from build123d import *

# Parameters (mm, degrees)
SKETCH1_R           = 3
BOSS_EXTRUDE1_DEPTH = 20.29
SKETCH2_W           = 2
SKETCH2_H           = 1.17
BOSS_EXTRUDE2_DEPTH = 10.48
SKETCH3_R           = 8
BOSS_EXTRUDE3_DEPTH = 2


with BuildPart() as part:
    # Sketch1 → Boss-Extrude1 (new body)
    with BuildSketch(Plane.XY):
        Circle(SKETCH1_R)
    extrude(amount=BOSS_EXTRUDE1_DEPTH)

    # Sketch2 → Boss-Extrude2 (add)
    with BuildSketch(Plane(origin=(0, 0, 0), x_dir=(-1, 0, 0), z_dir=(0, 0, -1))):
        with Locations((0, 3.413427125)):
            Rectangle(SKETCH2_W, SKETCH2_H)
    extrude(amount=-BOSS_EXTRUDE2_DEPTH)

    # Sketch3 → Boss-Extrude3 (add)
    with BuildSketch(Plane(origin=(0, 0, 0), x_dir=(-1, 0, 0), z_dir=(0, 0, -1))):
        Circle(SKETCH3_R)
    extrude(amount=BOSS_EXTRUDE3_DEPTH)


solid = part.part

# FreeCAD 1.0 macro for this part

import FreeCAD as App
import Part
import Sketcher
from FreeCAD import Vector
Q = App.Units.Quantity

doc = App.newDocument("Part")
body = doc.addObject("PartDesign::Body", "Body")

# Sketch on XY plane
sketch1 = body.newObject("Sketcher::SketchObject", "Sketch")
sketch1.AttachmentSupport = (doc.getObject("XY_Plane"), [""])
sketch1.MapMode = "FlatFace"
sketch1.addGeometry(Part.Circle(Vector(0, 0, 0), Vector(0, 0, 1), 3), False)
sketch1.addConstraint([
    Sketcher.Constraint("Coincident", 0, 3, -1, 1),
    Sketcher.Constraint("Diameter", 0, Q("6 mm")),
])
pad1 = body.newObject("PartDesign::Pad", "Pad")
pad1.Profile = sketch1
pad1.Length = 20.29

# Sketch on XY plane
sketch2 = body.newObject("Sketcher::SketchObject", "Sketch001")
sketch2.AttachmentSupport = (doc.getObject("XY_Plane"), [""])
sketch2.MapMode = "FlatFace"
sketch2.addGeometry([
    Part.LineSegment(Vector(1, 3.998427, 0), Vector(1, 2.828427, 0)),
    Part.LineSegment(Vector(1, 2.828427, 0), Vector(-1, 2.828427, 0)),
    Part.LineSegment(Vector(-1, 2.828427, 0), Vector(-1, 3.998427, 0)),
    Part.LineSegment(Vector(-1, 3.998427, 0), Vector(1, 3.998427, 0)),
], False)
sketch2.addConstraint([
    Sketcher.Constraint("Coincident", 0, 2, 1, 1),
    Sketcher.Constraint("Coincident", 1, 2, 2, 1),
    Sketcher.Constraint("Coincident", 2, 2, 3, 1),
    Sketcher.Constraint("Coincident", 3, 2, 0, 1),
    Sketcher.Constraint("Vertical", 0),
    Sketcher.Constraint("Horizontal", 1),
    Sketcher.Constraint("Vertical", 2),
    Sketcher.Constraint("Horizontal", 3),
    Sketcher.Constraint("DistanceX", 1, 2, 1, 1, Q("2 mm")),
    Sketcher.Constraint("DistanceX", -1, 1, 0, 2, Q("1 mm")),
    Sketcher.Constraint("DistanceY", 0, 2, 0, 1, Q("1.17 mm")),
    Sketcher.Constraint("DistanceY", -1, 1, 0, 2, Q("2.828427 mm")),
])
pad2 = body.newObject("PartDesign::Pad", "Pad001")
pad2.Profile = sketch2
pad2.Length = 10.48

# Sketch on XY plane
sketch3 = body.newObject("Sketcher::SketchObject", "Sketch002")
sketch3.AttachmentSupport = (doc.getObject("XY_Plane"), [""])
sketch3.MapMode = "FlatFace"
sketch3.addGeometry(Part.Circle(Vector(0, 0, 0), Vector(0, 0, 1), 8), False)
sketch3.addConstraint([
    Sketcher.Constraint("Coincident", 0, 3, -1, 1),
    Sketcher.Constraint("Diameter", 0, Q("16 mm")),
])
pad3 = body.newObject("PartDesign::Pad", "Pad002")
pad3.Profile = sketch3
pad3.Length = 2
pad3.Reversed = True

doc.recompute()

Aim of the task: Above this instruction are the records; retype exactly the lines from the one containing "extrude(amount=BOSS_EXTRUDE3_DEPTH)" up to and including the one containing "# FreeCAD 1.0 macro for this part".

Exercise answer:
    extrude(amount=BOSS_EXTRUDE3_DEPTH)


solid = part.part

# FreeCAD 1.0 macro for this part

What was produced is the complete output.